Armed with that opinion, the state Board of Equalization, which is responsible for setting the valuations on utilities, continued to assess railroad property at its full market value, bumping it up each year for inflation. The result: Railroad property tax bills increased annually at a faster rate than did those for other commercial concerns, such as shopping centers and office buildings.

Faced with the widening disparity, railroads--including the Southern Pacific Transportation Co. and the Atchison, Topeka and Santa Fe Railway Co.--filed a series of suits against the state and county tax collectors.
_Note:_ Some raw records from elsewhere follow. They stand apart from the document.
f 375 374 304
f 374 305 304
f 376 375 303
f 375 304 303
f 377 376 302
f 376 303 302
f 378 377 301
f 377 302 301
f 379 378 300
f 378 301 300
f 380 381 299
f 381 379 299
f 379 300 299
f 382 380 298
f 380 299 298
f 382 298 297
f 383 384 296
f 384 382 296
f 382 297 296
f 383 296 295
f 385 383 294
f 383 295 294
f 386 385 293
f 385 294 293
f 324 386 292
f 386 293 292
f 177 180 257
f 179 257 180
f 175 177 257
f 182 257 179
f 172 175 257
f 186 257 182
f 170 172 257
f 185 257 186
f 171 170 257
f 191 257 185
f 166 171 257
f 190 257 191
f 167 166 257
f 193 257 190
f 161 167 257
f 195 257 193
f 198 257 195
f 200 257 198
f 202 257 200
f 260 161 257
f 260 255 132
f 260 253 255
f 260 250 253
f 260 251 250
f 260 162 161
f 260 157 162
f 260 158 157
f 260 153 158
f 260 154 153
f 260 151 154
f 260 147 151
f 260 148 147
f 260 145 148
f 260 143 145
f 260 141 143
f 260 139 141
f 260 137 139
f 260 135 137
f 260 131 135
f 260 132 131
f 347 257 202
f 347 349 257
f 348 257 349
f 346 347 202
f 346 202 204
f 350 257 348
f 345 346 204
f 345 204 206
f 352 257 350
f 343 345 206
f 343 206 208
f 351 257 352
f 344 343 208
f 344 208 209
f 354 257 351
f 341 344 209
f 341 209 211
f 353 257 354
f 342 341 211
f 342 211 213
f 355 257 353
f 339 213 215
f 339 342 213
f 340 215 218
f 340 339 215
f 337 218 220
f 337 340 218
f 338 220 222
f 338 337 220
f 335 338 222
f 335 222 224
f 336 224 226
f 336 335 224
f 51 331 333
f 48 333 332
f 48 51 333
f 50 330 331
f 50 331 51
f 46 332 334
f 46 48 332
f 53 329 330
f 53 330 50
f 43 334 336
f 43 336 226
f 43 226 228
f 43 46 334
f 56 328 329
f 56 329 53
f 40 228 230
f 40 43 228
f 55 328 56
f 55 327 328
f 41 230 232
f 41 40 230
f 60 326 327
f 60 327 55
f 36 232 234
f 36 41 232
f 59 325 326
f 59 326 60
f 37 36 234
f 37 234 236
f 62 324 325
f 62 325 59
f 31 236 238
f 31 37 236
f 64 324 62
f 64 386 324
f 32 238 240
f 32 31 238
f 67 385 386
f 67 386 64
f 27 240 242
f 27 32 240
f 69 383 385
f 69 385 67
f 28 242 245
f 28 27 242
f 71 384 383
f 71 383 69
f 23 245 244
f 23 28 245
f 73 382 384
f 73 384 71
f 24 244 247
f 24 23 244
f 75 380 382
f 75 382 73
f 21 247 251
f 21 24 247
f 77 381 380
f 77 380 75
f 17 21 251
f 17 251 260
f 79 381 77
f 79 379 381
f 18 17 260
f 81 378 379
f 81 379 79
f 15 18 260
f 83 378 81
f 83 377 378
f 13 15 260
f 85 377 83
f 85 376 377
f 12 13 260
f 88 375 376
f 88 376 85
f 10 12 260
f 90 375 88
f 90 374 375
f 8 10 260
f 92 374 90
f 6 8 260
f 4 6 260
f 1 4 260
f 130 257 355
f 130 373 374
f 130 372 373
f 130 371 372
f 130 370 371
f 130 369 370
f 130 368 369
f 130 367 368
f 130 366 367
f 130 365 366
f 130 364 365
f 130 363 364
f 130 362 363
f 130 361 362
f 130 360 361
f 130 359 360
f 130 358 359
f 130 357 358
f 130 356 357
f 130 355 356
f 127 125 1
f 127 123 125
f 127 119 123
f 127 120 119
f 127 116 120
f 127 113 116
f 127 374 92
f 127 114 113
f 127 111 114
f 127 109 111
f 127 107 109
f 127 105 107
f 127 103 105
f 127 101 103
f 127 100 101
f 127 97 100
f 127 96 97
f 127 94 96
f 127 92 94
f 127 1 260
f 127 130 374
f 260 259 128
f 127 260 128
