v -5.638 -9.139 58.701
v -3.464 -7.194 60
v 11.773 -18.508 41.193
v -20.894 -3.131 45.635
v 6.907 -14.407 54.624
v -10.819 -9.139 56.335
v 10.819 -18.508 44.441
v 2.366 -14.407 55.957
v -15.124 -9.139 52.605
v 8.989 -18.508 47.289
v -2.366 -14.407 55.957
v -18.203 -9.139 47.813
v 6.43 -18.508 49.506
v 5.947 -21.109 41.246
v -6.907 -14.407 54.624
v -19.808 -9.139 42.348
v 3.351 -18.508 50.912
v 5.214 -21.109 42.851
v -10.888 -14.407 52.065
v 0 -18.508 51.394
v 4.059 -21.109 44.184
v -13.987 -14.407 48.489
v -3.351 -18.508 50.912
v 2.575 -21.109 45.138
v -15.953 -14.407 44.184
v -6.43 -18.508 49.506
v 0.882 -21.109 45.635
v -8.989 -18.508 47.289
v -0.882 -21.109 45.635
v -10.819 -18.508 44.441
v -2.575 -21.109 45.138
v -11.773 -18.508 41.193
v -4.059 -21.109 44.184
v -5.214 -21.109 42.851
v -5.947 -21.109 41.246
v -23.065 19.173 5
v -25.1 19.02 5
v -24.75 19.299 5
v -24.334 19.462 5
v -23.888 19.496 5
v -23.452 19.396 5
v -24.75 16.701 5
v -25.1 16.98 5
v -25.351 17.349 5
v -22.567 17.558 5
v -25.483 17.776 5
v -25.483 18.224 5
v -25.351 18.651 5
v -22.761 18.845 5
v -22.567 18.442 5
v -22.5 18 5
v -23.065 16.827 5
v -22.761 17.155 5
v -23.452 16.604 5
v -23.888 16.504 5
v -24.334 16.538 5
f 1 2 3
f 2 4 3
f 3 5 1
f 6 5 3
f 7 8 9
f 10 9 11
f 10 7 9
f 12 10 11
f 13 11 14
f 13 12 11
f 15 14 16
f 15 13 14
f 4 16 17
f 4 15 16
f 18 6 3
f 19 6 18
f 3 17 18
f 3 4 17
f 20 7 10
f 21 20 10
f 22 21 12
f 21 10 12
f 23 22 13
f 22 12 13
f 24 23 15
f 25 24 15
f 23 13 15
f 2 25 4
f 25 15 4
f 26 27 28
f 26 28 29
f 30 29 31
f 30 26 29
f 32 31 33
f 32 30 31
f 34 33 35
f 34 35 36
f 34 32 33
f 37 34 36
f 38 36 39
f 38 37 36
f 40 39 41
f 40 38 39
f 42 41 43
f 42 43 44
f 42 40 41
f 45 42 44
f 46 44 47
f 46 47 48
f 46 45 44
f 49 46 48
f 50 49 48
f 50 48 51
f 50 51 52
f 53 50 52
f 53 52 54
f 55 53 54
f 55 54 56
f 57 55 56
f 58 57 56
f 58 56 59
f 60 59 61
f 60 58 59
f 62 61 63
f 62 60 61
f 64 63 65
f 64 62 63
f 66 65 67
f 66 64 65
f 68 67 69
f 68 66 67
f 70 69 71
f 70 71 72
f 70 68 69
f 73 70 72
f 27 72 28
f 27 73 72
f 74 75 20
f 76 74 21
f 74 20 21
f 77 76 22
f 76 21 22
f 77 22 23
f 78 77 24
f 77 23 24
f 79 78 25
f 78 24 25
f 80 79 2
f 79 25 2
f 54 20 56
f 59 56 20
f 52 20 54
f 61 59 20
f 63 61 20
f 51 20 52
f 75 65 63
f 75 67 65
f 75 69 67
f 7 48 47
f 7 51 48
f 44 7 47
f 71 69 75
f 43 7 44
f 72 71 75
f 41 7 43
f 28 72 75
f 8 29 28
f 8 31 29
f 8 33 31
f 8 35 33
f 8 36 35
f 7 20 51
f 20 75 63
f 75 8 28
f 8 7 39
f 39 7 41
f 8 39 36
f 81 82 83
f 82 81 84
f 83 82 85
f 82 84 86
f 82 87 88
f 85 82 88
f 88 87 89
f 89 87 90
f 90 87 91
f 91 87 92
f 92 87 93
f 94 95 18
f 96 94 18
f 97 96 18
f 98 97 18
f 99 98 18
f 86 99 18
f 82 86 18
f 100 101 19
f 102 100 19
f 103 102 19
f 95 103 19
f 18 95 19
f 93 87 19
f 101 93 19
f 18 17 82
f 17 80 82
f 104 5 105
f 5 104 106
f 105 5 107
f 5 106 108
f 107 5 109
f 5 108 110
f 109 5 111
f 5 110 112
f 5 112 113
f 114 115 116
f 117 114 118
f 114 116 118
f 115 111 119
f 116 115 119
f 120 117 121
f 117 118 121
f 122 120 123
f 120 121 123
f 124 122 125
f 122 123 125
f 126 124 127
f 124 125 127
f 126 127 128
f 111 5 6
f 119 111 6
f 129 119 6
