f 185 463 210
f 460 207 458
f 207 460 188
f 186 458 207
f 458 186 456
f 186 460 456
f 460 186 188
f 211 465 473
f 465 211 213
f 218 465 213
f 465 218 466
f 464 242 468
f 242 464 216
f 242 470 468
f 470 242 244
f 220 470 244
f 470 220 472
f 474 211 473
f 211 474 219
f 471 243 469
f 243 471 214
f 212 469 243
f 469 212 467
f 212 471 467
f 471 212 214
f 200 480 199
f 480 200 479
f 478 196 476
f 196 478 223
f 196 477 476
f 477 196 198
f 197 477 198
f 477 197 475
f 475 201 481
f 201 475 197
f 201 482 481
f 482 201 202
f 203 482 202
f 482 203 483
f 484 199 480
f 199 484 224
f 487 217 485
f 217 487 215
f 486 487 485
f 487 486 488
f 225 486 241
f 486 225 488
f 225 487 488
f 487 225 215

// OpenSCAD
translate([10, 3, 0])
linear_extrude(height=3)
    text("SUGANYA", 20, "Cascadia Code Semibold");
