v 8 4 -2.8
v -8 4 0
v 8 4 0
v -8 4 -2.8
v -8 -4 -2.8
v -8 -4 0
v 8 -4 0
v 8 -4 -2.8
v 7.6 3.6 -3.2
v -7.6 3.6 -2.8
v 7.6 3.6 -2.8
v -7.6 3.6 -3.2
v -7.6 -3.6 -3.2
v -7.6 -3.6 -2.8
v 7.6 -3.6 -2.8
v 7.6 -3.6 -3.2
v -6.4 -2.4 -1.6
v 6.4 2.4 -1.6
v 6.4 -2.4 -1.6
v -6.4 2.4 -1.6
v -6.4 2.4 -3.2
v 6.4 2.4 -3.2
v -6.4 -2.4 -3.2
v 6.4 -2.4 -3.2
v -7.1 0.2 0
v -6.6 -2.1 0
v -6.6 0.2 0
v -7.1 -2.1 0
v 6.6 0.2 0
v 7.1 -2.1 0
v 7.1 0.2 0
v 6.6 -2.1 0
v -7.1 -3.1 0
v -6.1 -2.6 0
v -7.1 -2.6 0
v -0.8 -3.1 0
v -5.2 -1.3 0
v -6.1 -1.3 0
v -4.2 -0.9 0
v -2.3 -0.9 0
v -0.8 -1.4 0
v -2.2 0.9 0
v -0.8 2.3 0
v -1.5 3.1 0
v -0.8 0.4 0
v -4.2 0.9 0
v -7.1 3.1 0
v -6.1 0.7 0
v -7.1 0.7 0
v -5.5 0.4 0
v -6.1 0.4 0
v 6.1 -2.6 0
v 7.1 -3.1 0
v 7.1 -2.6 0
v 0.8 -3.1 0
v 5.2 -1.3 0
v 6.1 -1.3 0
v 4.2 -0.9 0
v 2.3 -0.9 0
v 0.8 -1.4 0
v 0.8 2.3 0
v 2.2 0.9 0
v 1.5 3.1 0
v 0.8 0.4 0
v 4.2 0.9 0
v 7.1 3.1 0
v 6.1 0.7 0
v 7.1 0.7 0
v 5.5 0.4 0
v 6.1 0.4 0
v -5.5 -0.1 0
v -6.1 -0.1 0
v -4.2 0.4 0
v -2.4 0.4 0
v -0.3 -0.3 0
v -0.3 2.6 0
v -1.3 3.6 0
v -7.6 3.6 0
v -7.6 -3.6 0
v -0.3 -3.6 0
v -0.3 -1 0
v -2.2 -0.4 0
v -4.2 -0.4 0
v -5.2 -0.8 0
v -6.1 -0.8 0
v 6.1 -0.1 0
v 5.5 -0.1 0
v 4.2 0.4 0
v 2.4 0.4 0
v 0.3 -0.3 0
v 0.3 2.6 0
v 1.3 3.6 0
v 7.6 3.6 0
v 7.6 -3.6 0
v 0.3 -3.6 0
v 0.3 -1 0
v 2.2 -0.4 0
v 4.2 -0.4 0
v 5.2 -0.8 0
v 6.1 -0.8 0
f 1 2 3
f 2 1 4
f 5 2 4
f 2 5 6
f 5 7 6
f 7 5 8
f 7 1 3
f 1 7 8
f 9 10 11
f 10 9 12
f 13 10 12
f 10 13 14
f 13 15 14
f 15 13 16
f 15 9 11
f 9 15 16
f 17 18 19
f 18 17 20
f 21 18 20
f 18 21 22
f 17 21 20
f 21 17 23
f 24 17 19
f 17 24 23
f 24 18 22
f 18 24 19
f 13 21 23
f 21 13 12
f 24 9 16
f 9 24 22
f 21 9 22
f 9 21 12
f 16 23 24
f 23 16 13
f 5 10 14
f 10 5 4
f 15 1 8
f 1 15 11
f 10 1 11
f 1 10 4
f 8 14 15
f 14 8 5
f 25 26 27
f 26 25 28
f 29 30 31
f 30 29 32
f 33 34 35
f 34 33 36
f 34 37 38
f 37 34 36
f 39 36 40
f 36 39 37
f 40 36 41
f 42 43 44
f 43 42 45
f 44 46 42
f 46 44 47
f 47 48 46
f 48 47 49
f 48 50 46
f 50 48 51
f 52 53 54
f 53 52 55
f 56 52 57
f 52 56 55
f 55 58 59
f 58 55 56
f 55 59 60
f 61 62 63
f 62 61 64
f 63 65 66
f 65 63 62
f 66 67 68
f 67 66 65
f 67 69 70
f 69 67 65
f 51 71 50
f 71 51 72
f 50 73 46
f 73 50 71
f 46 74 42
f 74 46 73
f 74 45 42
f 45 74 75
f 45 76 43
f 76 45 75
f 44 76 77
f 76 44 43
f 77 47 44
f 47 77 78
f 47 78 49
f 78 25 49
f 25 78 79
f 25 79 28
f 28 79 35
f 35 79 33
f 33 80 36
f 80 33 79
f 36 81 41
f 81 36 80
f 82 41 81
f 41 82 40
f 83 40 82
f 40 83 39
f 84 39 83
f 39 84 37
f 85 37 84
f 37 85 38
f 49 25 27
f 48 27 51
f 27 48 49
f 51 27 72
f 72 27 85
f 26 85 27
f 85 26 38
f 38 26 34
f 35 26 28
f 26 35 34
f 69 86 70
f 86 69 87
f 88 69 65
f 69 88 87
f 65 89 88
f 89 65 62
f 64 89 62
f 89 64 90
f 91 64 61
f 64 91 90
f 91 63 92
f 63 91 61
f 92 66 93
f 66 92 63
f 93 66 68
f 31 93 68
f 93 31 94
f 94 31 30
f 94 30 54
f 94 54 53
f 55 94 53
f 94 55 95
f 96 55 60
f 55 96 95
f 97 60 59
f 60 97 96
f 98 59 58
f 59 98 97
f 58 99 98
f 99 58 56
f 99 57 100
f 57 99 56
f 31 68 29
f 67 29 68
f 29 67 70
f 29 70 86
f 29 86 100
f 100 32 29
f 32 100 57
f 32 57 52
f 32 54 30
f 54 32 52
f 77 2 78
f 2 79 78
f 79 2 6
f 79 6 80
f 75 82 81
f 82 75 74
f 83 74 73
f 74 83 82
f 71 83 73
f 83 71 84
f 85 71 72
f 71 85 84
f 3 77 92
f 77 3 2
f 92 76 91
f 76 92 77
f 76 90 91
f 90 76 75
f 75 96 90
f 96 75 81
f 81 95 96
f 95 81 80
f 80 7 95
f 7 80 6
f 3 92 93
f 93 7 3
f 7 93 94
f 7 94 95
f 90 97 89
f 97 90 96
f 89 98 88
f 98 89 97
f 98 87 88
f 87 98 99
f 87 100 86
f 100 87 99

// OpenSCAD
// file: ../p/box5.scad
use <../lib.scad>
function ldraw_lib__box5() = [
// 0 Box with 5 Faces and All Edges
// 0 Name: box5.dat
// 0 Author: James Jessiman
// 0 !LDRAW_ORG Primitive UPDATE 2012-01
// 0 !LICENSE Licensed under CC BY 4.0 : see CAreadme.txt
// 
// 0 BFC CERTIFY CCW
  [0,"BFC","CERTIFY"],
  [0,"BFC","CCW"],
// 
// 0 !HISTORY 2002-04-03 [sbliss] Modified for BFC compliance
// 0 !HISTORY 2002-04-25 [PTadmin] Official Update 2002-02
// 0 !HISTORY 2007-06-24 [PTadmin] Header formatted for Contributor Agreement
// 0 !HISTORY 2008-07-01 [PTadmin] Official Update 2008-01
// 0 !HISTORY 2012-02-16 [Philo] Changed to CCW
// 0 !HISTORY 2012-03-30 [PTadmin] Official Update 2012-01
// 
// 
// 2 24 1 1 1 -1 1 1
  [2,24,1,1,1,-1,1,1],
// 2 24 -1 1 1 -1 1 -1
  [2,24,-1,1,1,-1,1,-1],
// 2 24 -1 1 -1 1 1 -1
  [2,24,-1,1,-1,1,1,-1],
// 2 24 1 1 -1 1 1 1
  [2,24,1,1,-1,1,1,1],
// 2 24 1 0 1 -1 0 1
  [2,24,1,0,1,-1,0,1],
// 2 24 -1 0 1 -1 0 -1
  [2,24,-1,0,1,-1,0,-1],
// 2 24 -1 0 -1 1 0 -1
  [2,24,-1,0,-1,1,0,-1],
// 2 24 1 0 -1 1 0 1
  [2,24,1,0,-1,1,0,1],
// 2 24 1 0 1 1 1 1
  [2,24,1,0,1,1,1,1],
// 2 24 -1 0 1 -1 1 1
  [2,24,-1,0,1,-1,1,1],
// 2 24 1 0 -1 1 1 -1
  [2,24,1,0,-1,1,1,-1],
// 2 24 -1 0 -1 -1 1 -1
  [2,24,-1,0,-1,-1,1,-1],
// 4 16 -1 1 1 1 1 1 1 1 -1 -1 1 -1
  [4,16,-1,1,1,1,1,1,1,1,-1,-1,1,-1],
// 4 16 -1 1 1 -1 0 1 1 0 1 1 1 1
  [4,16,-1,1,1,-1,0,1,1,0,1,1,1,1],
// 4 16 -1 1 -1 -1 0 -1 -1 0 1 -1 1 1
  [4,16,-1,1,-1,-1,0,-1,-1,0,1,-1,1,1],
// 4 16 1 1 -1 1 0 -1 -1 0 -1 -1 1 -1
  [4,16,1,1,-1,1,0,-1,-1,0,-1,-1,1,-1],
// 4 16 1 1 1 1 0 1 1 0 -1 1 1 -1
  [4,16,1,1,1,1,0,1,1,0,-1,1,1,-1],
];
module ldraw_lib__box5(step=0, col=false, unit=2/5, alt=false, line=0.2, solid=!$preview)
    makepoly(ldraw_lib__box5(), step=step, col=col, unit=unit, alt=alt, line=line, solid=solid);
ldraw_lib__box5(line=0.2);
// file: ../p/box4.scad
use <../lib.scad>
function ldraw_lib__box4() = [
// 0 Box with 4 Faces (2 Parallel Pairs) and All Edges
// 0 Name: box4.dat
// 0 Author: James Jessiman
// 0 !LDRAW_ORG Primitive UPDATE 2012-01
// 0 !LICENSE Licensed under CC BY 4.0 : see CAreadme.txt
// 
// 0 BFC CERTIFY CCW
  [0,"BFC","CERTIFY"],
  [0,"BFC","CCW"],
// 
// 0 !HISTORY 2002-04-03 [sbliss] Modified for BFC compliance
// 0 !HISTORY 2002-04-25 [PTadmin] Official Update 2002-02
// 0 !HISTORY 2007-06-24 [PTadmin] Header formatted for Contributor Agreement
// 0 !HISTORY 2008-07-01 [PTadmin] Official Update 2008-01
// 0 !HISTORY 2012-02-16 [Philo] Changed to CCW
// 0 !HISTORY 2012-03-30 [PTadmin] Official Update 2012-01
// 
// 
// 2 24 1 1 1 -1 1 1
  [2,24,1,1,1,-1,1,1],
// 2 24 -1 1 1 -1 1 -1
  [2,24,-1,1,1,-1,1,-1],
// 2 24 -1 1 -1 1 1 -1
  [2,24,-1,1,-1,1,1,-1],
// 2 24 1 1 -1 1 1 1
  [2,24,1,1,-1,1,1,1],
// 2 24 1 0 1 -1 0 1
  [2,24,1,0,1,-1,0,1],
// 2 24 -1 0 1 -1 0 -1
  [2,24,-1,0,1,-1,0,-1],
// 2 24 -1 0 -1 1 0 -1
  [2,24,-1,0,-1,1,0,-1],
// 2 24 1 0 -1 1 0 1
  [2,24,1,0,-1,1,0,1],
// 2 24 1 0 1 1 1 1
  [2,24,1,0,1,1,1,1],
// 2 24 -1 0 1 -1 1 1
  [2,24,-1,0,1,-1,1,1],
// 2 24 1 0 -1 1 1 -1
  [2,24,1,0,-1,1,1,-1],
// 2 24 -1 0 -1 -1 1 -1
  [2,24,-1,0,-1,-1,1,-1],
// 4 16 -1 1 1 -1 0 1 1 0 1 1 1 1
  [4,16,-1,1,1,-1,0,1,1,0,1,1,1,1],
// 4 16 -1 1 -1 -1 0 -1 -1 0 1 -1 1 1
  [4,16,-1,1,-1,-1,0,-1,-1,0,1,-1,1,1],
// 4 16 1 1 -1 1 0 -1 -1 0 -1 -1 1 -1
  [4,16,1,1,-1,1,0,-1,-1,0,-1,-1,1,-1],
// 4 16 1 1 1 1 0 1 1 0 -1 1 1 -1
  [4,16,1,1,1,1,0,1,1,0,-1,1,1,-1],
];
module ldraw_lib__box4(step=0, col=false, unit=2/5, alt=false, line=0.2, solid=!$preview)
    makepoly(ldraw_lib__box4(), step=step, col=col, unit=unit, alt=alt, line=line, solid=solid);
ldraw_lib__box4(line=0.2);
// file: s/3069bs01.scad
use <../../lib.scad>
use <../../p/box4.scad>
use <../../p/box5.scad>
function ldraw_lib__s__3069bs01() = [
// 0 ~Tile  1 x  2 with Groove without Top Face
// 0 Name: s\3069bs01.dat
// 0 Author: Santeri Piippo [arezey]
// 0 !LDRAW_ORG Subpart UPDATE 2010-02
// 0 !LICENSE Licensed under CC BY 4.0 : see CAreadme.txt
// 
// 0 BFC CERTIFY CCW
  [0,"BFC","CERTIFY"],
  [0,"BFC","CCW"],
// 
// 0 !HISTORY 2010-07-05 [PTadmin] Official Update 2010-02
// 
// 
// 1 16 0 0 0 20 0 0 0 7 0 0 0 10 box4.dat
  [1,16,0,0,0,20,0,0,0,7,0,0,0,10, ldraw_lib__box4()],
// 1 16 0 7 0 19 0 0 0 1 0 0 0 9 box4.dat
  [1,16,0,7,0,19,0,0,0,1,0,0,0,9, ldraw_lib__box4()],
// 0 BFC INVERTNEXT
  [0,"BFC","INVERTNEXT"],
// 1 16 0 8 0 16 0 0 0 -4 0 0 0 6 box5.dat
  [1,16,0,8,0,16,0,0,0,-4,0,0,0,6, ldraw_lib__box5()],
// 4 16 -19 8 9 -16 8 6 -16 8 -6 -19 8 -9
  [4,16,-19,8,9,-16,8,6,-16,8,-6,-19,8,-9],
// 4 16 19 8 -9 16 8 -6 16 8 6 19 8 9
  [4,16,19,8,-9,16,8,-6,16,8,6,19,8,9],
// 4 16 19 8 9 16 8 6 -16 8 6 -19 8 9
  [4,16,19,8,9,16,8,6,-16,8,6,-19,8,9],
// 4 16 -19 8 -9 -16 8 -6 16 8 -6 19 8 -9
  [4,16,-19,8,-9,-16,8,-6,16,8,-6,19,8,-9],
// 4 16 -20 7 10 -19 7 9 -19 7 -9 -20 7 -10
  [4,16,-20,7,10,-19,7,9,-19,7,-9,-20,7,-10],
// 4 16 20 7 -10 19 7 -9 19 7 9 20 7 10
  [4,16,20,7,-10,19,7,-9,19,7,9,20,7,10],
// 4 16 20 7 10 19 7 9 -19 7 9 -20 7 10
  [4,16,20,7,10,19,7,9,-19,7,9,-20,7,10],
// 4 16 -20 7 -10 -19 7 -9 19 7 -9 20 7 -10
  [4,16,-20,7,-10,-19,7,-9,19,7,-9,20,7,-10],
// 0 //
];
module ldraw_lib__s__3069bs01(step=0, col=false, unit=2/5, alt=false, line=0.2, solid=!$preview)
    makepoly(ldraw_lib__s__3069bs01(), step=step, col=col, unit=unit, alt=alt, line=line, solid=solid);
ldraw_lib__s__3069bs01(line=0.2);
// main file
use <../lib.scad>
use <s/3069bs01.scad>
function ldraw_lib__3069bpzf() = [
// 0 Tile  1 x  2 with Silver Armour Pattern
// 0 Name: 3069bpzf.dat
// 0 Author: Vincent Messenet [Cheenzo]
// 0 !LDRAW_ORG Part UPDATE 2019-03
// 0 !LICENSE Licensed under CC BY 4.0 : see CAreadme.txt
// 
// 0 BFC CERTIFY CCW
  [0,"BFC","CERTIFY"],
  [0,"BFC","CCW"],
// 
// 0 !KEYWORDS Armor, Batman, Brickheadz, BrickLink 3069pb0667
// 0 !KEYWORDS Rebrickable 3069bpr0234, Set 41610
// 
// 0 !HISTORY 2019-12-27 [PTadmin] Official Update 2019-03
// 
// 
// 1 16 0 0 0 1 0 0 0 1 0 0 0 1 s\3069bs01.dat
  [1,16,0,0,0,1,0,0,0,1,0,0,0,1, ldraw_lib__s__3069bs01()],
// 
// 4 82 -16.5 0 .5 -17.75 0 .5 -17.75 0 -5.25 -16.5 0 -5.25
  [4,82,-16.5,0,.5,-17.75,0,.5,-17.75,0,-5.25,-16.5,0,-5.25],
They argued that the state’s tax scheme under Proposition 13 violated a 1976 federal law that makes it illegal to tax railroads at a higher level than other commercial property.

The railroads won an early battle in 1982 when a federal court found that most commercial property was on the tax rolls at about 63% of its market value, while the railroads were being forced to pay 100%. That continuing disparity means counties around California owe the railroads almost $300 million in back taxes, said Phoenix attorney Paul J. Mooney, who represents both Santa Fe and Southern Pacific.

Recently, however, the sheer cost of the legal battle prompted the two sides to sit down and discuss a deal, Mooney said. The two railroads own about 80% of all railroad land in California. Companies owning the other 20% have similar lawsuits pending against the state and counties.

“The litigation had frankly gotten out of hand,” Mooney said. “We’re dealing with a case in which the parties had expended, collectively, $15 million in litigation fees and expert testimony.”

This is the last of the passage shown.